-- DATA SECTION follows --

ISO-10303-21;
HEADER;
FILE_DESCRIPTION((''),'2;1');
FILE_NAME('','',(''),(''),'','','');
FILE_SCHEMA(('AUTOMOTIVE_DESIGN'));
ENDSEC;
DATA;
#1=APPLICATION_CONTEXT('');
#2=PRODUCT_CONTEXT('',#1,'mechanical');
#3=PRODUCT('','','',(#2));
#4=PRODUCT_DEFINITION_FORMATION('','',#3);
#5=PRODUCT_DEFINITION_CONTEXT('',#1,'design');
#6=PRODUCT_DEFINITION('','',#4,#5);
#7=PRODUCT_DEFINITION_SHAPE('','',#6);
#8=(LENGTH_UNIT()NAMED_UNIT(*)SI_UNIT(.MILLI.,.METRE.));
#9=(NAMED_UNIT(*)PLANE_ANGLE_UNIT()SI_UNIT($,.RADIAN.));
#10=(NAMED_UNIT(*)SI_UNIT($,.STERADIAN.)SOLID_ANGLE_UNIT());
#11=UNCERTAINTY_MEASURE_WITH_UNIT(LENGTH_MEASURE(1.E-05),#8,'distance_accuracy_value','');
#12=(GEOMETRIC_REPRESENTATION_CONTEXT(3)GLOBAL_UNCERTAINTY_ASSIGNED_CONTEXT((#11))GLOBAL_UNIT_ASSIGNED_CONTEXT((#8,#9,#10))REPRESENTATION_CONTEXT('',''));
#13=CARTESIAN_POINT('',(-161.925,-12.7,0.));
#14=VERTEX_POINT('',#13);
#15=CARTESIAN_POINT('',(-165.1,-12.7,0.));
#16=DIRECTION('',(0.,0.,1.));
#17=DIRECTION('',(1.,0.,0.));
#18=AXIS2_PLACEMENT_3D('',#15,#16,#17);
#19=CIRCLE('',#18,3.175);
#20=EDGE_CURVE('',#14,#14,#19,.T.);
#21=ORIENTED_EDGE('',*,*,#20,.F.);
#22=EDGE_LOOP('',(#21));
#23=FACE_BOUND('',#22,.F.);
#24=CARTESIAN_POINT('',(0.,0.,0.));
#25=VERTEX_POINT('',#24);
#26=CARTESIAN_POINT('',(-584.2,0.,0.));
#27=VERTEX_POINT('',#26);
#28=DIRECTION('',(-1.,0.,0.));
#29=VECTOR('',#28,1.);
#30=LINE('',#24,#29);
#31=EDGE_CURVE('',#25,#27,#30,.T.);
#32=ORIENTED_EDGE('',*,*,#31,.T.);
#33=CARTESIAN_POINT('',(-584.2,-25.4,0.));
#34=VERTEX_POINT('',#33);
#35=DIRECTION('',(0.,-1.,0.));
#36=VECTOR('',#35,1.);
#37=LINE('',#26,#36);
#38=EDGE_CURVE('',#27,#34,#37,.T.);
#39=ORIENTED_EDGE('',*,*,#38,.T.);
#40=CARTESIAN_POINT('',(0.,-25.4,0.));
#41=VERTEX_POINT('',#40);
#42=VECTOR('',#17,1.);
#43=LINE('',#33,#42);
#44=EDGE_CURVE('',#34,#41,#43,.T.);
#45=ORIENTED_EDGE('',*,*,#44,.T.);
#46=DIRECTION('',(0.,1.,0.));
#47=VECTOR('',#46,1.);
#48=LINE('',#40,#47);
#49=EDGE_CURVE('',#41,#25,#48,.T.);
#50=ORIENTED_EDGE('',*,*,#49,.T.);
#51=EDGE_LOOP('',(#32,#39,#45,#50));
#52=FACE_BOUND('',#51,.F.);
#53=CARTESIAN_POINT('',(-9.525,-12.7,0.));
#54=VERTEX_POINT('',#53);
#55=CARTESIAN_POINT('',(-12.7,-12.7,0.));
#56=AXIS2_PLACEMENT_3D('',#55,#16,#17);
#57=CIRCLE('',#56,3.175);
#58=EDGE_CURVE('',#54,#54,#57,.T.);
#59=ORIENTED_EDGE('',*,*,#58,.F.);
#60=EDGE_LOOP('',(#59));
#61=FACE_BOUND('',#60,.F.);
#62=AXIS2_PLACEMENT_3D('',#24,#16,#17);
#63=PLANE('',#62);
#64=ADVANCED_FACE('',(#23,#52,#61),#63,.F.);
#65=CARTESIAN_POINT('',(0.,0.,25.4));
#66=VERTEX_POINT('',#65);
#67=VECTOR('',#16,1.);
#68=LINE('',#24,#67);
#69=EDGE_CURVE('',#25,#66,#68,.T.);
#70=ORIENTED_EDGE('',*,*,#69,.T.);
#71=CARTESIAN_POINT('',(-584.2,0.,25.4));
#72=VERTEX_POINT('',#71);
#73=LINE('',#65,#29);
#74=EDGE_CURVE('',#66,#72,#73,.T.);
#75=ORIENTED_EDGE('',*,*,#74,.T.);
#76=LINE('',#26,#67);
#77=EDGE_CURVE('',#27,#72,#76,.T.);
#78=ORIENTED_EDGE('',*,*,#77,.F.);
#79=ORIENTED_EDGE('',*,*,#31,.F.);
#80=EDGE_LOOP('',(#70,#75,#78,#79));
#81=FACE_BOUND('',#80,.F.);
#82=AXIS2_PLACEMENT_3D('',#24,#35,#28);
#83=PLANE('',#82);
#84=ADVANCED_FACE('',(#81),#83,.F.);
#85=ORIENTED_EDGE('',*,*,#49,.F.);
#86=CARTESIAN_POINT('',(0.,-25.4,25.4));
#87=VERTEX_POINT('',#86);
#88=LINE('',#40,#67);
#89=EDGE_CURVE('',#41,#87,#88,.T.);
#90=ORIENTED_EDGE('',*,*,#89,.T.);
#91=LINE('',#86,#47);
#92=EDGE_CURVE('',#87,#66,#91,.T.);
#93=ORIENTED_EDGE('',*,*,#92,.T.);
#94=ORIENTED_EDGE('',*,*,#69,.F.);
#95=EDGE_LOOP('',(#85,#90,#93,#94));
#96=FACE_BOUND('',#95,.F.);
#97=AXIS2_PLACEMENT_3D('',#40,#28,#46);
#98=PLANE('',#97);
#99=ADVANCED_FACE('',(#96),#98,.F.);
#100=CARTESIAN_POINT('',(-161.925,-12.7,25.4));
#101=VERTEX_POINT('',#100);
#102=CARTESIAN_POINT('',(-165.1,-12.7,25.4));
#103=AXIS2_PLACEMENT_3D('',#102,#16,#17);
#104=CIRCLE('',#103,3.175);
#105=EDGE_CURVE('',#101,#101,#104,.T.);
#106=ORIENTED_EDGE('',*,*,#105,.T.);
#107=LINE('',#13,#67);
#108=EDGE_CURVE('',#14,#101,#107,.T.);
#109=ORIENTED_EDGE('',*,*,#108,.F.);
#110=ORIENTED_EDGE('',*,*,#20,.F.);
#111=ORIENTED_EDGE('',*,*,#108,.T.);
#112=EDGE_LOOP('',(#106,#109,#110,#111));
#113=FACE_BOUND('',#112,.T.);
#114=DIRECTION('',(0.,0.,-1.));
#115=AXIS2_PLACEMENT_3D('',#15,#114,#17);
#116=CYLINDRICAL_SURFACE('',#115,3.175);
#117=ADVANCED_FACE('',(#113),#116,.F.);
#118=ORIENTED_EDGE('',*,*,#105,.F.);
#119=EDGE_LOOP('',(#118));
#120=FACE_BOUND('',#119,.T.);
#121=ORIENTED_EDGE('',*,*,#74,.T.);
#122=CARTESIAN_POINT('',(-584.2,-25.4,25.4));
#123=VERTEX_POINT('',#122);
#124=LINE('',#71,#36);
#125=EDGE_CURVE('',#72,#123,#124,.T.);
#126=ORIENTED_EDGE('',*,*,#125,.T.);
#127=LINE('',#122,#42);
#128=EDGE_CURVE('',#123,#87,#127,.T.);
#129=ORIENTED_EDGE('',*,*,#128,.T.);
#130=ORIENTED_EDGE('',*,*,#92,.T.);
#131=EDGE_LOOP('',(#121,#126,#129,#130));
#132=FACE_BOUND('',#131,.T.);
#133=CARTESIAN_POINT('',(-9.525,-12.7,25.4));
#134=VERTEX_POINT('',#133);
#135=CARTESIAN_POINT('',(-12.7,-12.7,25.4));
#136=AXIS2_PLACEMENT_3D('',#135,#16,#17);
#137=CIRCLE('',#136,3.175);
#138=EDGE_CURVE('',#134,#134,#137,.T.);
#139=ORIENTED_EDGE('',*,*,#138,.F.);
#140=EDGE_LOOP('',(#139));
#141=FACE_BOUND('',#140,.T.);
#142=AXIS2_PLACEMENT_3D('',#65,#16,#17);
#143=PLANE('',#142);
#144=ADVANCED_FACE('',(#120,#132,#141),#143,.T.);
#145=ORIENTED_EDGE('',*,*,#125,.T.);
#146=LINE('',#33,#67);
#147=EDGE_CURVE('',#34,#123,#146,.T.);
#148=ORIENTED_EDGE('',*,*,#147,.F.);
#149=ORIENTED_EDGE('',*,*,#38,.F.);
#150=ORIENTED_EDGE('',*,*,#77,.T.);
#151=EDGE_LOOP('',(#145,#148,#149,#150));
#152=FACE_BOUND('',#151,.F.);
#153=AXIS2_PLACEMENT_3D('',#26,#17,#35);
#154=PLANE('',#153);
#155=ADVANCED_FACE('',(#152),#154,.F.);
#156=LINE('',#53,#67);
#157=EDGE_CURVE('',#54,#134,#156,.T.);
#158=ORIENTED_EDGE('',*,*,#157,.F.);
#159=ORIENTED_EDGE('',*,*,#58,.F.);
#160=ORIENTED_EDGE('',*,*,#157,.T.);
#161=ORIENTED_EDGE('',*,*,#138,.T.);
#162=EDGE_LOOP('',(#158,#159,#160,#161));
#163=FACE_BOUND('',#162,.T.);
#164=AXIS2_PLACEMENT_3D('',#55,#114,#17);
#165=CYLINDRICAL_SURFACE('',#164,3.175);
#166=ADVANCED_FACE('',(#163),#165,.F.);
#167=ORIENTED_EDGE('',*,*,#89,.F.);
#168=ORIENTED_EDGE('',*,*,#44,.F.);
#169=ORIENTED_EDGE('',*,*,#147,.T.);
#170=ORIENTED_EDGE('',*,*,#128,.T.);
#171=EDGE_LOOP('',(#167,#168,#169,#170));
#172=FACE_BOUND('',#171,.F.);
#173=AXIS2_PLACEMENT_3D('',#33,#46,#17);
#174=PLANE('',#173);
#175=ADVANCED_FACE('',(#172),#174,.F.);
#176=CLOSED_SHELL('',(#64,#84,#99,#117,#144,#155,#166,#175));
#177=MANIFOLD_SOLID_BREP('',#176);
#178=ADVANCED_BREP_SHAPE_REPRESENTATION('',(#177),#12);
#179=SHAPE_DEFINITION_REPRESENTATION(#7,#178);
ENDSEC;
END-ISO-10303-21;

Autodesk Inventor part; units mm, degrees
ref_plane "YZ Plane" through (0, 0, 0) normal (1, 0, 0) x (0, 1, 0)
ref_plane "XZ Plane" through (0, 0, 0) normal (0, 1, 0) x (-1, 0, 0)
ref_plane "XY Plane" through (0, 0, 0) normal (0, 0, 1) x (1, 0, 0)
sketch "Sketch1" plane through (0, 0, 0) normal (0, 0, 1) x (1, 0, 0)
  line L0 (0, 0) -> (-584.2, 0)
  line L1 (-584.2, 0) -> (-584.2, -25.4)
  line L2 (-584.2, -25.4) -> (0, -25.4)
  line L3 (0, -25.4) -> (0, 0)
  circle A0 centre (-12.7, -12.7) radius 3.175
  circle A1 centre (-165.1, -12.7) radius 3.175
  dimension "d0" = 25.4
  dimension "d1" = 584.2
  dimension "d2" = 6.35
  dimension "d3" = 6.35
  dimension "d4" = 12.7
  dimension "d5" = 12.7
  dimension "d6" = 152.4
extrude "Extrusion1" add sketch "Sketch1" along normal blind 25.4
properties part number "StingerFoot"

-- DATA SECTION concluded --
-- DATA SECTION follows --

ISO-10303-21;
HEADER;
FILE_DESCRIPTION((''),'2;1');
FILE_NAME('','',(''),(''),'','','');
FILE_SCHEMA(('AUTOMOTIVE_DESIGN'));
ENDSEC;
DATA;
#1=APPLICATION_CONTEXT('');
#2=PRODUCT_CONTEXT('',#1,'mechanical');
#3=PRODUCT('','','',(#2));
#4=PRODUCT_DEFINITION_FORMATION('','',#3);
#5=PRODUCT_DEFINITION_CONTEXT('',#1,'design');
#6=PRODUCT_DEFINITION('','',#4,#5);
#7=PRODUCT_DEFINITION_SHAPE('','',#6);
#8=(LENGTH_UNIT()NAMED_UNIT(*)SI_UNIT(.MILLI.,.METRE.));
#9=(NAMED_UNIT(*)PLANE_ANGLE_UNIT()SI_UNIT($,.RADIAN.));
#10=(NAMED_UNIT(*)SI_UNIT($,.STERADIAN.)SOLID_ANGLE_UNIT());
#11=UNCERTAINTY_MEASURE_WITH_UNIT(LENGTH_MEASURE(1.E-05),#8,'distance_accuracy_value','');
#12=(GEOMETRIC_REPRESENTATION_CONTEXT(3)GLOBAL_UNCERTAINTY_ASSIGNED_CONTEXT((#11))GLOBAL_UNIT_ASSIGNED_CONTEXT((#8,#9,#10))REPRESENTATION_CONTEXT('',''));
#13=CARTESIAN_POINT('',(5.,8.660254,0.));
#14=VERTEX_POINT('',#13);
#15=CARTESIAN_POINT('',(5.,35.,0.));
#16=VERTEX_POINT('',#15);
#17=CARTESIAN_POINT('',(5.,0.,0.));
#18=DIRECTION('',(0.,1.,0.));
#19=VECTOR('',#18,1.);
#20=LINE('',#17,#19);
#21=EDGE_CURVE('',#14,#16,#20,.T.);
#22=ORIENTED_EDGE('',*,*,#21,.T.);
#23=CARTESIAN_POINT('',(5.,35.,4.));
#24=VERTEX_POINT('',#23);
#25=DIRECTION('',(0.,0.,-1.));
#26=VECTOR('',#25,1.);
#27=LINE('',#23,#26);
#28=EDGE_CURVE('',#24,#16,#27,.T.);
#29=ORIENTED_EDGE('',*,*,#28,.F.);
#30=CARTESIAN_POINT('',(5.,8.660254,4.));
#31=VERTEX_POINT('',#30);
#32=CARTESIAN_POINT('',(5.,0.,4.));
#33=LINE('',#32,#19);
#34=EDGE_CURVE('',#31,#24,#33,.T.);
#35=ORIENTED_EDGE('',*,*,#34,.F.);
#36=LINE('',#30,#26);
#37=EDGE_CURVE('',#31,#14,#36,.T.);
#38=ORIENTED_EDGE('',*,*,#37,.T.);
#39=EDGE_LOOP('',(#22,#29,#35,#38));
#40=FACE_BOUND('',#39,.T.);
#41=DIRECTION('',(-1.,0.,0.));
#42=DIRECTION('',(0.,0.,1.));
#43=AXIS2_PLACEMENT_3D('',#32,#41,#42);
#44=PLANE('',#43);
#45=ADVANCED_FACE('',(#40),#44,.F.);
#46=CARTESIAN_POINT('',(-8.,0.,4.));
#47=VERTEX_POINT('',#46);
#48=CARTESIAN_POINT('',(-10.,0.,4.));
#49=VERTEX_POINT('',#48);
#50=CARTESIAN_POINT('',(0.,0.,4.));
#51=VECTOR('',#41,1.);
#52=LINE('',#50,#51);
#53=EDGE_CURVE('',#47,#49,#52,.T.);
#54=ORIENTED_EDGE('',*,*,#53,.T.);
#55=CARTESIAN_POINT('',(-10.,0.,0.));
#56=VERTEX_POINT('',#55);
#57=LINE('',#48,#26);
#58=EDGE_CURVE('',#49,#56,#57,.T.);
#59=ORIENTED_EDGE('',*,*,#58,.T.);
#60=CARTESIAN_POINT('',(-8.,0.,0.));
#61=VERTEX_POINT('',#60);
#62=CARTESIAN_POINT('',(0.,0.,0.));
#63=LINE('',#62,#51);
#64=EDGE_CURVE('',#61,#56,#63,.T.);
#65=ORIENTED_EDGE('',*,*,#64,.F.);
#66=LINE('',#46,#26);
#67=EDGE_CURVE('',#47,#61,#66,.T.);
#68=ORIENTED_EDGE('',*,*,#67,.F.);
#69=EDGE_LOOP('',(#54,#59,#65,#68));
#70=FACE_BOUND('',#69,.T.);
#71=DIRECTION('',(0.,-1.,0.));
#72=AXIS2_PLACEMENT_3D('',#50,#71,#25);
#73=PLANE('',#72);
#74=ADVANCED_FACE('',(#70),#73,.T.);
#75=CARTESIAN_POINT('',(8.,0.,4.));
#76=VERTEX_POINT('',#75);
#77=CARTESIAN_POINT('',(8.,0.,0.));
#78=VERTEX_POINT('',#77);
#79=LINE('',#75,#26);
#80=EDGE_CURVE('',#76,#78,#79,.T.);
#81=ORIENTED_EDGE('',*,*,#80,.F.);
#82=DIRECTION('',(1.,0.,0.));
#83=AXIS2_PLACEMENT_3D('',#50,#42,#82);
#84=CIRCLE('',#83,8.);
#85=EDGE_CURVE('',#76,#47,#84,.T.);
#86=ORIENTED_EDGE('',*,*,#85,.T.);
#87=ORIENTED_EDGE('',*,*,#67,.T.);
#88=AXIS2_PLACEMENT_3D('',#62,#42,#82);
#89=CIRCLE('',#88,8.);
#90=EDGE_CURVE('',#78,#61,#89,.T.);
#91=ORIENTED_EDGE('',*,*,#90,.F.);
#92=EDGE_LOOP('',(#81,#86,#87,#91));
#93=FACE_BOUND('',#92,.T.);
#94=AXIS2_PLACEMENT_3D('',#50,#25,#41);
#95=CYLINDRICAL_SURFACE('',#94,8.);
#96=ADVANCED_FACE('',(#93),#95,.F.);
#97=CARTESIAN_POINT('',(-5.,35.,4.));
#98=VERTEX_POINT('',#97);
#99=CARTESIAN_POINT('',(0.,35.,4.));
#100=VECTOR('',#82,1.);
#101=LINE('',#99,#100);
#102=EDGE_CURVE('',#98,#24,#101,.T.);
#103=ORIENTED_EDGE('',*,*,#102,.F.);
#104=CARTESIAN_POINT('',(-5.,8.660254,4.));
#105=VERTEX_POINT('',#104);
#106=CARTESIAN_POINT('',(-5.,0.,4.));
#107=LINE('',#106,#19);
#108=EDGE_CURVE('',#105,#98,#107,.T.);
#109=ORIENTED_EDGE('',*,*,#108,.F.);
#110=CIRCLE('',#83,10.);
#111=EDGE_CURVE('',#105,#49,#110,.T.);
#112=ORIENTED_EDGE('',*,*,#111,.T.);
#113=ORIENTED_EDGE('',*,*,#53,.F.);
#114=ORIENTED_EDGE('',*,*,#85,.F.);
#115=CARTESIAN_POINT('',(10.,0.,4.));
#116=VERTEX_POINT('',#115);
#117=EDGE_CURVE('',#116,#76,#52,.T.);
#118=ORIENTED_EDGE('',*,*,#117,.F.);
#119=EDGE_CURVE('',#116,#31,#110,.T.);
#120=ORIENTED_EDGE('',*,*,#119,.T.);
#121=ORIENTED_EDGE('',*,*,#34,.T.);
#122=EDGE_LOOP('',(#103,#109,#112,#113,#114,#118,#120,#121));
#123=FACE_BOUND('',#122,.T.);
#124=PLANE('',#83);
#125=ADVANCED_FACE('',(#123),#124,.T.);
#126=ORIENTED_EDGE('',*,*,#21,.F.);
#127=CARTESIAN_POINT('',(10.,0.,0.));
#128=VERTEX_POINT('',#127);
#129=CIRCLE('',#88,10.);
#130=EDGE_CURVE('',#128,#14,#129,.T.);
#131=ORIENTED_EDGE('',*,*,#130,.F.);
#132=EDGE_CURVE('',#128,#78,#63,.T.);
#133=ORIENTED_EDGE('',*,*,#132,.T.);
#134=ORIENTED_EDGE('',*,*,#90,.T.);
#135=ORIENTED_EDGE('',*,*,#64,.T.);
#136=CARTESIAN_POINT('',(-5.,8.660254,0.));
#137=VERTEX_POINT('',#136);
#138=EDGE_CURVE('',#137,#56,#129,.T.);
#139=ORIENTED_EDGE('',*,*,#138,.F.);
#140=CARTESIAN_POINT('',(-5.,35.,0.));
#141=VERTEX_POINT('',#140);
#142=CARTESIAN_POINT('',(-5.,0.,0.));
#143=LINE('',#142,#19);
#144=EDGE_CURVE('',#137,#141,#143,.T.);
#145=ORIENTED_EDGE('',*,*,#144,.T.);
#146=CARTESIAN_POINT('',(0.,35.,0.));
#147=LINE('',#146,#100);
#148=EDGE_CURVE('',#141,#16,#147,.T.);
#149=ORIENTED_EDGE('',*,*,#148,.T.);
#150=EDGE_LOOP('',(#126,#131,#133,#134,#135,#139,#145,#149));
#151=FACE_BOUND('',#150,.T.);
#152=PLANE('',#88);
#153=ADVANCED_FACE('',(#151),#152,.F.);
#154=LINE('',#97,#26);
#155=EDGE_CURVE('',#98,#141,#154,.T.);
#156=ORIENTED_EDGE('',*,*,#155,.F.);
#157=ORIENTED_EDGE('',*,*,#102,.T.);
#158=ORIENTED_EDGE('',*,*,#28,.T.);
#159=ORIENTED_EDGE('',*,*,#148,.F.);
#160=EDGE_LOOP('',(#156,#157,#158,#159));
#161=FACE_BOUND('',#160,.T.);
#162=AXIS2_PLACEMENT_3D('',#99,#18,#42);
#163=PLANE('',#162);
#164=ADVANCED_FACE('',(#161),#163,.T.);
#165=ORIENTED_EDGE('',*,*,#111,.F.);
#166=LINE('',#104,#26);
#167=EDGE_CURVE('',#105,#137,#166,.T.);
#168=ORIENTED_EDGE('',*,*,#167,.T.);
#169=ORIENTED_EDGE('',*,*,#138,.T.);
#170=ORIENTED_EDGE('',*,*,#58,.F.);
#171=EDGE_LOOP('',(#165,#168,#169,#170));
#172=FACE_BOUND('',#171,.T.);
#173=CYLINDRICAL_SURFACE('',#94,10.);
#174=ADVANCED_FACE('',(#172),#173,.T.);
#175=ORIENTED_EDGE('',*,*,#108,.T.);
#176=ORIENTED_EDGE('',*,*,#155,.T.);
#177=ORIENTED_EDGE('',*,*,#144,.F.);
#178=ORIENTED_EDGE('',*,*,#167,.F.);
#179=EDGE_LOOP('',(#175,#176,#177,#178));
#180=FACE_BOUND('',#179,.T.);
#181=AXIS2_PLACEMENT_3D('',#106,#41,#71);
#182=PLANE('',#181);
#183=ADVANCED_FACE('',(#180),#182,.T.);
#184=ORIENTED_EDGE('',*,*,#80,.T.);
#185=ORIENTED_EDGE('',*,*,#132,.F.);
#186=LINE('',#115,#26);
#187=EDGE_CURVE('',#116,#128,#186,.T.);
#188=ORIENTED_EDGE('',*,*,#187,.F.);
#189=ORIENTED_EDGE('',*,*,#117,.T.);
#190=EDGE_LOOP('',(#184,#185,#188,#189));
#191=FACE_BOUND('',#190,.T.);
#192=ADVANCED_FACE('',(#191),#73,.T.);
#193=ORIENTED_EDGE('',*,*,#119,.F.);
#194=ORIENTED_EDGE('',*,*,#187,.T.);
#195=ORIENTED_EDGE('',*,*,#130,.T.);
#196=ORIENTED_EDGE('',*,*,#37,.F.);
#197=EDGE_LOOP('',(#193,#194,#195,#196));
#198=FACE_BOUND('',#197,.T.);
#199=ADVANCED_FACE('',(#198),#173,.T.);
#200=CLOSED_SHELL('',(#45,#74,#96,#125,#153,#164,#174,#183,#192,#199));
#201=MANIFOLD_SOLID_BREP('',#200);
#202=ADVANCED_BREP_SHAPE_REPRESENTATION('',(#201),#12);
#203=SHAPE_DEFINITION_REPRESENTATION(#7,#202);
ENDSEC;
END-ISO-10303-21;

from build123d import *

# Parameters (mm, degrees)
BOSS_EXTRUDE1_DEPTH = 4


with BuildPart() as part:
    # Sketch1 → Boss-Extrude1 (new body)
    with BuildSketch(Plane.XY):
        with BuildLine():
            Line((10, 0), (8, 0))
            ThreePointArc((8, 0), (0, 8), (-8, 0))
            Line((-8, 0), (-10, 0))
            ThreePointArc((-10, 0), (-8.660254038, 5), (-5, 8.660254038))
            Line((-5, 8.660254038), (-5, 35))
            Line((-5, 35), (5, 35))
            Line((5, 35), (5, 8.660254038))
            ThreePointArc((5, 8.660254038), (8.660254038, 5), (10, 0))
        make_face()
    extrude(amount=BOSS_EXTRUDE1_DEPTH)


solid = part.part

-- DATA SECTION concluded --

TASK ITEM – In the listing above, find the line containing "#88=AXIS2_PLACEMENT_3D('',#62,#42,#82);" and the line containing "#102=EDGE_CURVE('',#98,#24,#101,.T.);". Output them and every line between, exactly, and nothing else.

TASK SOLUTION –
#88=AXIS2_PLACEMENT_3D('',#62,#42,#82);
#89=CIRCLE('',#88,8.);
#90=EDGE_CURVE('',#78,#61,#89,.T.);
#91=ORIENTED_EDGE('',*,*,#90,.F.);
#92=EDGE_LOOP('',(#81,#86,#87,#91));
#93=FACE_BOUND('',#92,.T.);
#94=AXIS2_PLACEMENT_3D('',#50,#25,#41);
#95=CYLINDRICAL_SURFACE('',#94,8.);
#96=ADVANCED_FACE('',(#93),#95,.F.);
#97=CARTESIAN_POINT('',(-5.,35.,4.));
#98=VERTEX_POINT('',#97);
#99=CARTESIAN_POINT('',(0.,35.,4.));
#100=VECTOR('',#82,1.);
#101=LINE('',#99,#100);
#102=EDGE_CURVE('',#98,#24,#101,.T.);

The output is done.